The “real employment” situation is still quite dire and the large and available labor pool is keeping wages under extreme pressure. While inflationary pressures have risen, food and gas consumes more than 20% of wages and salaries, real wages have remained stagnant at best. This is why currently we see a record of more than 46 million people of food stamps, a record high of more than $8 million claiming disabilities and student loan debt soaring as it is used for consumption rather than education. The problem is that this is all very unproductive to long term economic growth and is ultimately unsustainable.
Without real aggregate end demand by consumers there is little reason for businesses to hire full-time employment. This is why we continue see temporary hiring leading the way. The secondary problem is that the jobs that are being created are lower wage jobs which continues to erode personal incomes. In order to sustain the standard of living the decline in personal incomes, as we stated in the “Consumption Dysfunction Continues”, has to be offset either by a reduction in saving rates, currently near lows at 3.8%, or from increases in consumer credit. Unfortunately, this is the game that we have seen play out before with negative consequences.

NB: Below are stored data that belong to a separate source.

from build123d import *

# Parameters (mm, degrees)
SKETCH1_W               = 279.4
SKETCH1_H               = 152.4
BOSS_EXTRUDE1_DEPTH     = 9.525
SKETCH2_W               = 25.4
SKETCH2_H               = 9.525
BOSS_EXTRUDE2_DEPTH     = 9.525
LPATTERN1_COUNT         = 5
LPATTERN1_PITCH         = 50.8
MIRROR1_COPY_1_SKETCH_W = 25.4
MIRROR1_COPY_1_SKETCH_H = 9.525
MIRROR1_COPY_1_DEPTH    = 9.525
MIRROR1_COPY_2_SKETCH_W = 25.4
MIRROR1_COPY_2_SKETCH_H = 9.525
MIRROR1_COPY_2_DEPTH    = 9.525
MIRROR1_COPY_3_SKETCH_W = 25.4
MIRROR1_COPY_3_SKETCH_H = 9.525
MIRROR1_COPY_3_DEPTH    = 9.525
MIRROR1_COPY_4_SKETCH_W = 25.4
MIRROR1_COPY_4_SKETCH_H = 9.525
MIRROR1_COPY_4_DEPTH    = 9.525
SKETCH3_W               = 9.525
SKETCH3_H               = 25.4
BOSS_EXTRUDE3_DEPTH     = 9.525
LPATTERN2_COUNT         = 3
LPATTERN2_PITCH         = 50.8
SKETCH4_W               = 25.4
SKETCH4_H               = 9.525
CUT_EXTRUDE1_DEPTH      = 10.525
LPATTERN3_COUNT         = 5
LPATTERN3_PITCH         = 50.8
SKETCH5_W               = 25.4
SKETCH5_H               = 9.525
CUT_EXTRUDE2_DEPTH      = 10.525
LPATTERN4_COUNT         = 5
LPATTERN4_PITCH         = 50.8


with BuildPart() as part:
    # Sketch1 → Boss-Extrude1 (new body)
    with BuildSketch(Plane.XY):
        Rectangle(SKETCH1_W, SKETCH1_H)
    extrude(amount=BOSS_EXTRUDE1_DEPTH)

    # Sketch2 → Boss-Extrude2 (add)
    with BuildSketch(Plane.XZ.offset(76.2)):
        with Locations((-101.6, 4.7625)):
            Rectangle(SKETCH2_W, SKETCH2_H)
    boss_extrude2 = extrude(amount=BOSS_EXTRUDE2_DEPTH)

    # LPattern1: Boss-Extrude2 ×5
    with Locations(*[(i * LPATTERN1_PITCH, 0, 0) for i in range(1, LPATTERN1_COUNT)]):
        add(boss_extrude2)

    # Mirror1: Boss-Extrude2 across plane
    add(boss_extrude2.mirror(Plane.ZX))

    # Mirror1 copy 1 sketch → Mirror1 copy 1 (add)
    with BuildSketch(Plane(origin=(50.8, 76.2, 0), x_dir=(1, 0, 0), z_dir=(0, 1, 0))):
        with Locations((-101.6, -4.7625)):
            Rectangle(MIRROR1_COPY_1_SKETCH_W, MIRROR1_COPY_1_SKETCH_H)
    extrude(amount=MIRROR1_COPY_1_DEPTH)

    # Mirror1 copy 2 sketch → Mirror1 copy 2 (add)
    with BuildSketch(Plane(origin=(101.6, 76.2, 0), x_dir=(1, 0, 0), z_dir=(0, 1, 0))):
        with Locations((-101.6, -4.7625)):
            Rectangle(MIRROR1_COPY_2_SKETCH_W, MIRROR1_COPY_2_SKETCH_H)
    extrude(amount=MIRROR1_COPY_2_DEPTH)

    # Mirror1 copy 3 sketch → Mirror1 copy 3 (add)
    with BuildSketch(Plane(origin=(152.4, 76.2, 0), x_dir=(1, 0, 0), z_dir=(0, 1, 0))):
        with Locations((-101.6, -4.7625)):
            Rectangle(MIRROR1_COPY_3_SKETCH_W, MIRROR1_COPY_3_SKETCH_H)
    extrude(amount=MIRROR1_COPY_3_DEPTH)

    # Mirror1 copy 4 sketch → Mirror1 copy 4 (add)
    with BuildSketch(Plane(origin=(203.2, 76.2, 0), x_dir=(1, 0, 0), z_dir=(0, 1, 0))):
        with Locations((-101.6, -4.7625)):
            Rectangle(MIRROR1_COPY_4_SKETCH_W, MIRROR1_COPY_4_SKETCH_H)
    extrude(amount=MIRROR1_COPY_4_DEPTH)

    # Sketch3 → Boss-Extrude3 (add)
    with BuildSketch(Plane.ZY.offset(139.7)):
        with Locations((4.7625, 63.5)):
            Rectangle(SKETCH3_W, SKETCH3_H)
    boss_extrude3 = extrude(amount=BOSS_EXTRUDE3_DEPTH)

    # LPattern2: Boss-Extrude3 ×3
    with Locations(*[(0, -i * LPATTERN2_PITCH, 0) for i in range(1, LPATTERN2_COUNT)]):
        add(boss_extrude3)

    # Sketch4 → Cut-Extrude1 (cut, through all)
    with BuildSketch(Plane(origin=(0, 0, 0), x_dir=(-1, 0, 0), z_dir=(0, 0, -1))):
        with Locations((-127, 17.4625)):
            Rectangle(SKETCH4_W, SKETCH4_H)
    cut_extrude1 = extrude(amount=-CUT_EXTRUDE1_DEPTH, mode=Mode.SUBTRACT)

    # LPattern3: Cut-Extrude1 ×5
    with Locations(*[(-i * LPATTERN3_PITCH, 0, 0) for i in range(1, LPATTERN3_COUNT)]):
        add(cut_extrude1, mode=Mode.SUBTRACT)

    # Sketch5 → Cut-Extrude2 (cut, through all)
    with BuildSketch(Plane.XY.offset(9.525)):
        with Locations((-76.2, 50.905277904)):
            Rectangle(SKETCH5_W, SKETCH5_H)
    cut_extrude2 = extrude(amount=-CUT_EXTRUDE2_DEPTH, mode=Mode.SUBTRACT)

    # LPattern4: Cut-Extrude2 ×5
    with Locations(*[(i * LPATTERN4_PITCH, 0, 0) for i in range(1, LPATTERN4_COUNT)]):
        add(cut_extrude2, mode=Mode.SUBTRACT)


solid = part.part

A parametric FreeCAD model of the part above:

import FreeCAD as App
import Part
import Sketcher
Q = App.Units.Quantity


def add_polygon(sketch, points):
    """Adds a closed chain of lines whose ends are joined by coincident constraints."""
    first, n = sketch.GeometryCount, len(points)
    for a, b in zip(points, points[1:] + points[:1]):
        sketch.addGeometry(Part.LineSegment(App.Vector(*a, 0), App.Vector(*b, 0)), False)
    for i in range(n):
        sketch.addConstraint(Sketcher.Constraint("Coincident", first + i, 2, first + (i + 1) % n, 1))

doc = App.newDocument("Part")
body = doc.addObject("PartDesign::Body", "Body")

sketch1 = body.newObject("Sketcher::SketchObject", "Sketch")
sketch1.AttachmentSupport = (doc.getObject("XY_Plane"), [""])
sketch1.MapMode = "FlatFace"
add_polygon(sketch1, [(-139.7, 76.2), (-139.7, -76.2), (139.7, -76.2), (139.7, 76.2)])
sketch1.addConstraint([
    Sketcher.Constraint("Vertical", 0),
    Sketcher.Constraint("Horizontal", 1),
    Sketcher.Constraint("Vertical", 2),
    Sketcher.Constraint("Horizontal", 3),
    Sketcher.Constraint("Symmetric", 0, 2, 2, 2, -1, 1),
    Sketcher.Constraint("DistanceX", 1, 1, 1, 2, Q("11 in")),
    Sketcher.Constraint("DistanceY", 0, 2, 0, 1, Q("6 in")),
])
pad1 = body.newObject("PartDesign::Pad", "Pad")
pad1.Profile = sketch1
pad1.Length = Q("0.375 in")

sketch2 = body.newObject("Sketcher::SketchObject", "Sketch001")
sketch2.AttachmentSupport = (doc.getObject("XZ_Plane"), [""])
sketch2.MapMode = "FlatFace"
sketch2.AttachmentOffset = App.Placement(App.Vector(0, 0, 3 * 25.4), App.Rotation())
add_polygon(sketch2, [(-114.3, 9.525), (-114.3, 0), (-88.9, 0), (-88.9, 9.525)])
sketch2.addConstraint([
    Sketcher.Constraint("Vertical", 0),
    Sketcher.Constraint("Horizontal", 1),
    Sketcher.Constraint("Vertical", 2),
    Sketcher.Constraint("Horizontal", 3),
    Sketcher.Constraint("PointOnObject", 0, 2, -1),
    Sketcher.Constraint("DistanceX", 1, 1, 1, 2, Q("1 in")),
    Sketcher.Constraint("DistanceX", 0, 2, -1, 1, Q("4.5 in")),
    Sketcher.Constraint("DistanceY", 0, 2, 0, 1, Q("0.375 in")),
])
pad2 = body.newObject("PartDesign::Pad", "Pad001")
pad2.Profile = sketch2
pad2.Length = Q("0.375 in")
doc.recompute()

linearpattern = body.newObject("PartDesign::LinearPattern", "LinearPattern")
linearpattern.Originals = [pad2]
linearpattern.Direction = (doc.getObject("X_Axis"), [""])
linearpattern.Mode = "offset"
linearpattern.Offset = Q("2 in")
linearpattern.Occurrences = 5
body.Tip = linearpattern
doc.recompute()

mirrored = body.newObject("PartDesign::Mirrored", "Mirrored")
mirrored.Originals = [pad2]
mirrored.MirrorPlane = (doc.getObject("XZ_Plane"), [""])
body.Tip = mirrored
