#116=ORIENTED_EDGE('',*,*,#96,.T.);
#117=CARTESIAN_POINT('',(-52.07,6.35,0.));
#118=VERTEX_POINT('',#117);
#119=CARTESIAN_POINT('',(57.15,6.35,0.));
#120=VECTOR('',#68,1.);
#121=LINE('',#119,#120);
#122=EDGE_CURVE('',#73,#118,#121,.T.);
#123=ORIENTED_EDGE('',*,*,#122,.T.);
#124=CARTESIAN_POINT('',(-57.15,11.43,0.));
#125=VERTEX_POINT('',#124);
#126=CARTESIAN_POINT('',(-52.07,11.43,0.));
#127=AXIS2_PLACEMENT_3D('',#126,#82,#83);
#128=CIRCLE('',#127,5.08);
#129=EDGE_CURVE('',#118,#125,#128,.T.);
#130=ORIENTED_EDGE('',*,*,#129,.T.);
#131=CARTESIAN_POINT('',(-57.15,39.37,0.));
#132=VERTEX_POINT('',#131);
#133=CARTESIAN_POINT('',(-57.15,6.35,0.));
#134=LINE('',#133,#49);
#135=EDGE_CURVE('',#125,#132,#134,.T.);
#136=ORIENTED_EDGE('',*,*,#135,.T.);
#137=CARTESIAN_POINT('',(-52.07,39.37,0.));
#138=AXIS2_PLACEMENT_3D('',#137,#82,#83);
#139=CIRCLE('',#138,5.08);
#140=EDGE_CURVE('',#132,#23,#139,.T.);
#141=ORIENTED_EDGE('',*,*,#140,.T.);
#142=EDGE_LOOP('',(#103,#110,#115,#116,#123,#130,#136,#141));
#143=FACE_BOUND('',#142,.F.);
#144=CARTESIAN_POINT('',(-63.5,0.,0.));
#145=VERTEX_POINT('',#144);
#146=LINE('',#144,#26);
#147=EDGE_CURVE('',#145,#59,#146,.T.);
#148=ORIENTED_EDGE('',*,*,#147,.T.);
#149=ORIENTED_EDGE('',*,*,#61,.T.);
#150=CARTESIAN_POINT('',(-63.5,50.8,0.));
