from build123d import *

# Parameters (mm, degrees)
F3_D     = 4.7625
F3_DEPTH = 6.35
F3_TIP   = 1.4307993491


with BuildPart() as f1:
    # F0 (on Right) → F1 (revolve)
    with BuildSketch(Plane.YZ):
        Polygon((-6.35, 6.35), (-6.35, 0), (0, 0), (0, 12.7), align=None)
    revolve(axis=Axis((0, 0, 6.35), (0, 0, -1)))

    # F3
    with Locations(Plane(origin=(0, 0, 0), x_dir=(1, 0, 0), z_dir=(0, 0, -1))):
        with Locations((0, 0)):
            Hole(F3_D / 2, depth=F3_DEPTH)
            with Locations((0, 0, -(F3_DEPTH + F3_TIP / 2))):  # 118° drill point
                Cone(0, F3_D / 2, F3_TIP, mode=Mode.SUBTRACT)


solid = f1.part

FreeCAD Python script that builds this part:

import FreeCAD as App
import Part
import Sketcher
from FreeCAD import Vector
Q = App.Units.Quantity


def add_polygon(sketch, points):
    """Adds a closed chain of lines whose ends are joined by coincident constraints."""
    first, n = sketch.GeometryCount, len(points)
    for a, b in zip(points, points[1:] + points[:1]):
        sketch.addGeometry(Part.LineSegment(App.Vector(*a, 0), App.Vector(*b, 0)), False)
    for i in range(n):
        sketch.addConstraint(Sketcher.Constraint("Coincident", first + i, 2, first + (i + 1) % n, 1))

doc = App.newDocument("Part")
body = doc.addObject("PartDesign::Body", "Body")

sketch1 = body.newObject("Sketcher::SketchObject", "Sketch")
sketch1.AttachmentSupport = (doc.getObject("YZ_Plane"), [""])
sketch1.MapMode = "FlatFace"
add_polygon(sketch1, [(-6, 6), (-6, 0), (0, 0), (0, 13)])
sketch1.addConstraint([
    Sketcher.Constraint("Vertical", 0),
    Sketcher.Constraint("Horizontal", 1),
    Sketcher.Constraint("Vertical", 2),
    Sketcher.Constraint("Coincident", 1, 2, -1, 1),
    Sketcher.Constraint("Equal", 1, 0),
    Sketcher.Constraint("DistanceY", 2, 1, 2, 2, Q("0.5 in")),
    Sketcher.Constraint("Angle", 3, Q("-135 deg")),
])
revolution = body.newObject("PartDesign::Revolution", "Revolution")
revolution.Profile = sketch1
revolution.ReferenceAxis = (sketch1, ["V_Axis"])
revolution.Angle = 360

sketch2 = body.newObject("Sketcher::SketchObject", "Sketch001")
sketch2.AttachmentSupport = (doc.getObject("XY_Plane"), [""])
sketch2.MapMode = "FlatFace"
sketch2.addGeometry(Part.Circle(Vector(0, 0, 0), Vector(0, 0, 1), 2.4), False)
sketch2.addConstraint([
    Sketcher.Constraint("Coincident", 0, 3, -1, 1),
    Sketcher.Constraint("Diameter", 0, Q("0.1875 in")),
])
doc.recompute()
hole = body.newObject("PartDesign::Hole", "Hole")
hole.Profile = sketch2
hole.ThreadType = "None"
hole.Diameter = Q("0.1875 in")
hole.DepthType = "Dimension"
hole.Depth = Q("0.25 in")
hole.DrillPoint = "Angled"
hole.DrillPointAngle = 118
hole.Reversed = True

doc.recompute()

The release of the consumer credit report from the Federal Reserve was the most telling when it comes to the underpinning of the economy. We stated in our report on the consumer that: “…never ‘count the consumer out.’ Individuals are very creative in finding ways to get the things they need to fulfill their lifestyle even when it is a detriment to their long term financial stability. However, there is a limit, or ‘wall,’ to the amount of the economy that the consumer can support on their own. This is why it is important to keep month to month variations in context with longer term historical trends. Personal consumption is ultimately a function of the income available from which that spending is derived. As such, the current decline in the growth rate of incomes, without the tailwind of easy credit, poses a much greater threat to the current level of anemic economic growth than we have seen in past cycles.”
While the media continues to look at one economic report to the next I urge you to look at the “forest” of reports. The sustainability of the current economic environment is very questionable and is extremely susceptible to external shocks. The recent elections in France do not bode well for a resolution in Europe which is in desperate need of finding “cohesion” in the next 12 to 18 months to tackle the reforms needed in the Eurozone. The recession that is currently taking hold in the Eurozone also has negative implications to the domestic economy and, like a patient just recovering from extensive surgery, the U.S. “immune” system is not strong enough to fend off a contagion from Europe.
This is why Ben Bernanke, along with the Federal Reserve, continue to reiterate an accommodative monetary policy stance. While these short term fixes may keep the economy from slipping into a recession in the short term – the long term consequences may be far more damning to the living standards of average Americans.